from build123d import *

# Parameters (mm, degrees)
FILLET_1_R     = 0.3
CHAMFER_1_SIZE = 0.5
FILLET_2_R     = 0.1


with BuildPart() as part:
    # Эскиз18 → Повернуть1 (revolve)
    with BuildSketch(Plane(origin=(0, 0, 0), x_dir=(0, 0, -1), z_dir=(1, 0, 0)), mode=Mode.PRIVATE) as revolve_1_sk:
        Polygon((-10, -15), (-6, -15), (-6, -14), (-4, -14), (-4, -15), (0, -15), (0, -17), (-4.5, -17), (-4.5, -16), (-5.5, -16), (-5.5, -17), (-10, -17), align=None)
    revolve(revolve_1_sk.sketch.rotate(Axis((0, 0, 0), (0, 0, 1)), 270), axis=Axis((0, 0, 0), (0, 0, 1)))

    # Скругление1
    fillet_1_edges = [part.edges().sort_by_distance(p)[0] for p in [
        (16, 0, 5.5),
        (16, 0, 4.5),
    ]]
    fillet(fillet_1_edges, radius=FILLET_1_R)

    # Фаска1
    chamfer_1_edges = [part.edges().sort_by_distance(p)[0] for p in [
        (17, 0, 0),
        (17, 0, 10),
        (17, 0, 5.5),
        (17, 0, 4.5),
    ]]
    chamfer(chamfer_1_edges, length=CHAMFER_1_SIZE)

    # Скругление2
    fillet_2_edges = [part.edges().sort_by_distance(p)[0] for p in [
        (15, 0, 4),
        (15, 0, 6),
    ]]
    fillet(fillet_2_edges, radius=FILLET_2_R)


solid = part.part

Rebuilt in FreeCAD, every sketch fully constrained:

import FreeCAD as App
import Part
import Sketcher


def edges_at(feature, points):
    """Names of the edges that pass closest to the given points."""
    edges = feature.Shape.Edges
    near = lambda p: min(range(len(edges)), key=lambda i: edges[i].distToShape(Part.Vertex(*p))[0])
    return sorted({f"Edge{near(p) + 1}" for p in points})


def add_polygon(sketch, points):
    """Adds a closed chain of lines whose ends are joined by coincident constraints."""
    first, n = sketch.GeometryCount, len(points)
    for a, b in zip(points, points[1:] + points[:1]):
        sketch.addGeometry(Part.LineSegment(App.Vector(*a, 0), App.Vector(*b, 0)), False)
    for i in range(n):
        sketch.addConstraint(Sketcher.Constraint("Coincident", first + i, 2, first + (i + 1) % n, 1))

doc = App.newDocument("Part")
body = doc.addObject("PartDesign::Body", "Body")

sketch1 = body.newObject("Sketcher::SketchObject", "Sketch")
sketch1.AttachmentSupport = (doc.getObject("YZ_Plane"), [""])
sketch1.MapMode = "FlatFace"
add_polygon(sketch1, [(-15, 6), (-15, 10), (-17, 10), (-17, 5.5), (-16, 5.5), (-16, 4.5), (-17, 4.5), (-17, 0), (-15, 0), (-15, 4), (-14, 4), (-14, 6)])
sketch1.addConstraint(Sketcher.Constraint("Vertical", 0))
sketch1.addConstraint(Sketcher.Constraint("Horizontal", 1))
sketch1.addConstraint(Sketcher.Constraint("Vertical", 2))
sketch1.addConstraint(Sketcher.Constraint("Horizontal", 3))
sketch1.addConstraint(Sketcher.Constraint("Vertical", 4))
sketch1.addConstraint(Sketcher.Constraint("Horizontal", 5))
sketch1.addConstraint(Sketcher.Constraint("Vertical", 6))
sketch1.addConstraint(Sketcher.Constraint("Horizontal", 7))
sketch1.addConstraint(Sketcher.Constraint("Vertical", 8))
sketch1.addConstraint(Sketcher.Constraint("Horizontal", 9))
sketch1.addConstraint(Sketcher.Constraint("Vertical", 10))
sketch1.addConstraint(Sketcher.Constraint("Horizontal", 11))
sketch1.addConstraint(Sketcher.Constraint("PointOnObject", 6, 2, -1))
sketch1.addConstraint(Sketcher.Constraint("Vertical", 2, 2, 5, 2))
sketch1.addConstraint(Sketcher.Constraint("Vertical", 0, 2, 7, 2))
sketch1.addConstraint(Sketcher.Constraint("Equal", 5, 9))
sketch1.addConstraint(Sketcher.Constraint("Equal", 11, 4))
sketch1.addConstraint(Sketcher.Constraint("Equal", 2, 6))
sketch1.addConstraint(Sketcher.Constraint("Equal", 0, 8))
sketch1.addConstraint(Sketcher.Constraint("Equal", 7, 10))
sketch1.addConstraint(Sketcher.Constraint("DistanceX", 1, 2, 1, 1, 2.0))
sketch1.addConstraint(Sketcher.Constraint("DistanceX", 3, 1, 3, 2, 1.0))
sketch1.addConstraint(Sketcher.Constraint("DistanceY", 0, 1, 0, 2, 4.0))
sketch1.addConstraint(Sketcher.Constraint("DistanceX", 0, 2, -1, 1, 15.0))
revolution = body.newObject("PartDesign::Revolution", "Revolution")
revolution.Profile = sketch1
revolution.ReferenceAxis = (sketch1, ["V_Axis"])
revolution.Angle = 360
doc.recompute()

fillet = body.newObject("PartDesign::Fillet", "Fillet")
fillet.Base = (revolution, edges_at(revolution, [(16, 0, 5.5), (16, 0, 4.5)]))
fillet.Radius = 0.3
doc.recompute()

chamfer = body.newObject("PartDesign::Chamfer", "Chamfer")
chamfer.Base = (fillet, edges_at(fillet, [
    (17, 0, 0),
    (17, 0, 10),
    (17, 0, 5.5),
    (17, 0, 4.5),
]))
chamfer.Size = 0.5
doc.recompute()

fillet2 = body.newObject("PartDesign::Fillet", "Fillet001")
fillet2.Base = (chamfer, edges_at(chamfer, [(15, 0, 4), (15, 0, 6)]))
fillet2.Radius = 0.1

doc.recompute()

* * *

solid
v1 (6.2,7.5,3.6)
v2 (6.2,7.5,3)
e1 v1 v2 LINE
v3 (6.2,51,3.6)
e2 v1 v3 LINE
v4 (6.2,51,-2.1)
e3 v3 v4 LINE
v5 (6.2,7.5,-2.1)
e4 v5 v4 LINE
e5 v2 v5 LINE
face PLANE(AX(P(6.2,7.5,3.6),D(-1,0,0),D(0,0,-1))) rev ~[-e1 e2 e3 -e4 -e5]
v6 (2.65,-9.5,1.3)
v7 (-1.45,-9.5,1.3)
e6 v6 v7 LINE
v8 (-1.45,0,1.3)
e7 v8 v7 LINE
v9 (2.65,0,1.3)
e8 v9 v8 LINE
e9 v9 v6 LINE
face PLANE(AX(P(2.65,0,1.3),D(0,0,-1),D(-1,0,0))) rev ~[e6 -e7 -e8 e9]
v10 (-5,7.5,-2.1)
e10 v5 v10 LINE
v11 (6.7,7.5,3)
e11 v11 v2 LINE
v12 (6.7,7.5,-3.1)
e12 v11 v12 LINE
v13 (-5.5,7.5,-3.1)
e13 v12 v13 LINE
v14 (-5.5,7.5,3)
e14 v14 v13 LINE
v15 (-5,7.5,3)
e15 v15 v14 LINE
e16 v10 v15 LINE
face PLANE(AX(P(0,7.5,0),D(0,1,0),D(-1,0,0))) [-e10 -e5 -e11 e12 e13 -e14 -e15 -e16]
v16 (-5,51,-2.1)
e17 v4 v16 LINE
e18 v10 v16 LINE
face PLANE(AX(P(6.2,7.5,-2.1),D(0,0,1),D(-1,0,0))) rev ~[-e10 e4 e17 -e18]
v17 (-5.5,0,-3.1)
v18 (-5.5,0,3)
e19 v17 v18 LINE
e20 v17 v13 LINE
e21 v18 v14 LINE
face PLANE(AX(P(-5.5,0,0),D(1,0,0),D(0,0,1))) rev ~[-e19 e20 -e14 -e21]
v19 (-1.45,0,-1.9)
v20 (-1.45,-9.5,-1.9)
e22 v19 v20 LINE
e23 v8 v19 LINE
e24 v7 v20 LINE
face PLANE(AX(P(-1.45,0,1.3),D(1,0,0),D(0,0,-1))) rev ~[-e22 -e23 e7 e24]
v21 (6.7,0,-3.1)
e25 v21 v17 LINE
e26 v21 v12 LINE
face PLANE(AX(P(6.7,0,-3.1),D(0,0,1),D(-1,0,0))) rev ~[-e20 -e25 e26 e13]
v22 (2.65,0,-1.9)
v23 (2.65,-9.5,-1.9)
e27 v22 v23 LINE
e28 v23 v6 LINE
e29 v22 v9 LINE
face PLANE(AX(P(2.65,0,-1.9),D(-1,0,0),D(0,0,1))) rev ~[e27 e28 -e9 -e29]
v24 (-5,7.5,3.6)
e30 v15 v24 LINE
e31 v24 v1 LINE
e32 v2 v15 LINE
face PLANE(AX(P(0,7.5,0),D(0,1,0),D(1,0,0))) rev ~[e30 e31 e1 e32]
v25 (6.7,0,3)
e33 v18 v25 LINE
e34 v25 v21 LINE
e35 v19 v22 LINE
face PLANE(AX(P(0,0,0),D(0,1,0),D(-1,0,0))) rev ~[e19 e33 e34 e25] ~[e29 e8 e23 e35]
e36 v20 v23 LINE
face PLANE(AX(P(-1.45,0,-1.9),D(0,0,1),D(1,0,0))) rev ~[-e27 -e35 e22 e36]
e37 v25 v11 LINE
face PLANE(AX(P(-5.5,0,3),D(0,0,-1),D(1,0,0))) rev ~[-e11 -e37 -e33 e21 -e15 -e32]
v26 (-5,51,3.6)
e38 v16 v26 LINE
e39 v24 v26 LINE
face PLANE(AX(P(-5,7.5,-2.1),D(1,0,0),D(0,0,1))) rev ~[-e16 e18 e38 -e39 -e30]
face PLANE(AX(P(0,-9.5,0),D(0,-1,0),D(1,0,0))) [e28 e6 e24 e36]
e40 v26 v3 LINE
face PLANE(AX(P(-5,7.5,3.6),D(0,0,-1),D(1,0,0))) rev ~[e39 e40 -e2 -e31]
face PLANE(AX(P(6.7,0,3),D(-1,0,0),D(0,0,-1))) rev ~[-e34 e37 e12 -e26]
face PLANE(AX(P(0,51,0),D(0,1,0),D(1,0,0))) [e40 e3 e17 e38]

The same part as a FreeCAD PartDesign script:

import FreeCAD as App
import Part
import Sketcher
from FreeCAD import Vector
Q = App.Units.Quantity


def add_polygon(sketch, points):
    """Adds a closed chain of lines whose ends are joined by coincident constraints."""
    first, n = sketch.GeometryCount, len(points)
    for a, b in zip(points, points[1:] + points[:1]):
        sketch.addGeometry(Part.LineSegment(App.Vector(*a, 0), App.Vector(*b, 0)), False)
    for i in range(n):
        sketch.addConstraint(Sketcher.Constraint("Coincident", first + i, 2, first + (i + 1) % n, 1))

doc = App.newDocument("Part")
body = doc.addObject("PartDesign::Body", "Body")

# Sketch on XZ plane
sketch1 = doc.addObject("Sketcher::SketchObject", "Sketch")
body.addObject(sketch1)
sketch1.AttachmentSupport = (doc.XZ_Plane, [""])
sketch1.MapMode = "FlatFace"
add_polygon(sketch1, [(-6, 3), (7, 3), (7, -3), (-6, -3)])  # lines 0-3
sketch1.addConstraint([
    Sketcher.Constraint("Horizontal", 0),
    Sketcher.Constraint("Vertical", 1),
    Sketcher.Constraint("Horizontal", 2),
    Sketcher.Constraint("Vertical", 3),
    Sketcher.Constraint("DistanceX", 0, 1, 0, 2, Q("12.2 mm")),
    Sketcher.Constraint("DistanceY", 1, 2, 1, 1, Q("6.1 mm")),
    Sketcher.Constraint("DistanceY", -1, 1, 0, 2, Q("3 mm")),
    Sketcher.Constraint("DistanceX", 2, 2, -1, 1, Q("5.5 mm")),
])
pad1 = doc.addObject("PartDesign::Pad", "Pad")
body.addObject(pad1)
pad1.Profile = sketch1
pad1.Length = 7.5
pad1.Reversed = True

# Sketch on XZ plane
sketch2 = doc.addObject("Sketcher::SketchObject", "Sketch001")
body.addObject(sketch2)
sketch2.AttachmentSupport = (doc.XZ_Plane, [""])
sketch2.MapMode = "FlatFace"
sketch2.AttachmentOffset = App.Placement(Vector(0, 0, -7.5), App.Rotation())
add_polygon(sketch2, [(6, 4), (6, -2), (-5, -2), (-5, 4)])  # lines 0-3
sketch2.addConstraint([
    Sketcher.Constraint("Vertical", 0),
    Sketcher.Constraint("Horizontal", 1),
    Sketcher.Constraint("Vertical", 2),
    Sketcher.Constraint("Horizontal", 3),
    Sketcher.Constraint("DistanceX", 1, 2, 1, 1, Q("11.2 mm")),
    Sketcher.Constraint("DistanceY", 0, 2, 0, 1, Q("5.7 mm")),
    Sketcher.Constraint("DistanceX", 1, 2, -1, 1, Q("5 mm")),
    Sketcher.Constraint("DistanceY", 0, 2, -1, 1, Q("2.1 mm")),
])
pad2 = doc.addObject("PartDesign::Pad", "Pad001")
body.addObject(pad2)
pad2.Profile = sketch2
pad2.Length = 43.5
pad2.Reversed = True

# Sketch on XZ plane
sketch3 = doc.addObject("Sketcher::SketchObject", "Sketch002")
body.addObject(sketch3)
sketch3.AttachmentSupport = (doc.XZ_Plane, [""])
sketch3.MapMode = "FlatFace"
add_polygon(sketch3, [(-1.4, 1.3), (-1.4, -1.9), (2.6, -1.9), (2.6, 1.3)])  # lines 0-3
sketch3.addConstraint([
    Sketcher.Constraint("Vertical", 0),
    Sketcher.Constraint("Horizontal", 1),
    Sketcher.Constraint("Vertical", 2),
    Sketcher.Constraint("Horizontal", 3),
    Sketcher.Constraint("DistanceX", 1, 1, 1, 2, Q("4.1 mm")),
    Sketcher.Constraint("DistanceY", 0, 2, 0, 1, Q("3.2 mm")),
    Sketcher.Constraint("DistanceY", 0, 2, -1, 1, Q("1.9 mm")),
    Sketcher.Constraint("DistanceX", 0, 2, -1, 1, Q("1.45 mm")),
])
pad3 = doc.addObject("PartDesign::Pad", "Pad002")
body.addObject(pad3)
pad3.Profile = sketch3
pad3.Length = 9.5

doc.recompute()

■ PROBLEM DESCRIPTION
Give an exact copy of the lines above from the line with "v4 (6.2,51,-2.1)" up to and including the line with "face PLANE(AX(P(-5,7.5,-2.1),D(1,0,0),D(0,0,1))) rev", and leave everything else out.

■ ANSWER SECTION
v4 (6.2,51,-2.1)
e3 v3 v4 LINE
v5 (6.2,7.5,-2.1)
e4 v5 v4 LINE
e5 v2 v5 LINE
face PLANE(AX(P(6.2,7.5,3.6),D(-1,0,0),D(0,0,-1))) rev ~[-e1 e2 e3 -e4 -e5]
v6 (2.65,-9.5,1.3)
v7 (-1.45,-9.5,1.3)
e6 v6 v7 LINE
v8 (-1.45,0,1.3)
e7 v8 v7 LINE
v9 (2.65,0,1.3)
e8 v9 v8 LINE
e9 v9 v6 LINE
face PLANE(AX(P(2.65,0,1.3),D(0,0,-1),D(-1,0,0))) rev ~[e6 -e7 -e8 e9]
v10 (-5,7.5,-2.1)
e10 v5 v10 LINE
v11 (6.7,7.5,3)
e11 v11 v2 LINE
v12 (6.7,7.5,-3.1)
e12 v11 v12 LINE
v13 (-5.5,7.5,-3.1)
e13 v12 v13 LINE
v14 (-5.5,7.5,3)
e14 v14 v13 LINE
v15 (-5,7.5,3)
e15 v15 v14 LINE
e16 v10 v15 LINE
face PLANE(AX(P(0,7.5,0),D(0,1,0),D(-1,0,0))) [-e10 -e5 -e11 e12 e13 -e14 -e15 -e16]
v16 (-5,51,-2.1)
e17 v4 v16 LINE
e18 v10 v16 LINE
face PLANE(AX(P(6.2,7.5,-2.1),D(0,0,1),D(-1,0,0))) rev ~[-e10 e4 e17 -e18]
v17 (-5.5,0,-3.1)
v18 (-5.5,0,3)
e19 v17 v18 LINE
e20 v17 v13 LINE
e21 v18 v14 LINE
face PLANE(AX(P(-5.5,0,0),D(1,0,0),D(0,0,1))) rev ~[-e19 e20 -e14 -e21]
v19 (-1.45,0,-1.9)
v20 (-1.45,-9.5,-1.9)
e22 v19 v20 LINE
e23 v8 v19 LINE
e24 v7 v20 LINE
face PLANE(AX(P(-1.45,0,1.3),D(1,0,0),D(0,0,-1))) rev ~[-e22 -e23 e7 e24]
v21 (6.7,0,-3.1)
e25 v21 v17 LINE
e26 v21 v12 LINE
face PLANE(AX(P(6.7,0,-3.1),D(0,0,1),D(-1,0,0))) rev ~[-e20 -e25 e26 e13]
v22 (2.65,0,-1.9)
v23 (2.65,-9.5,-1.9)
e27 v22 v23 LINE
e28 v23 v6 LINE
e29 v22 v9 LINE
face PLANE(AX(P(2.65,0,-1.9),D(-1,0,0),D(0,0,1))) rev ~[e27 e28 -e9 -e29]
v24 (-5,7.5,3.6)
e30 v15 v24 LINE
e31 v24 v1 LINE
e32 v2 v15 LINE
face PLANE(AX(P(0,7.5,0),D(0,1,0),D(1,0,0))) rev ~[e30 e31 e1 e32]
v25 (6.7,0,3)
e33 v18 v25 LINE
e34 v25 v21 LINE
e35 v19 v22 LINE
face PLANE(AX(P(0,0,0),D(0,1,0),D(-1,0,0))) rev ~[e19 e33 e34 e25] ~[e29 e8 e23 e35]
e36 v20 v23 LINE
face PLANE(AX(P(-1.45,0,-1.9),D(0,0,1),D(1,0,0))) rev ~[-e27 -e35 e22 e36]
e37 v25 v11 LINE
face PLANE(AX(P(-5.5,0,3),D(0,0,-1),D(1,0,0))) rev ~[-e11 -e37 -e33 e21 -e15 -e32]
v26 (-5,51,3.6)
e38 v16 v26 LINE
e39 v24 v26 LINE
face PLANE(AX(P(-5,7.5,-2.1),D(1,0,0),D(0,0,1))) rev ~[-e16 e18 e38 -e39 -e30]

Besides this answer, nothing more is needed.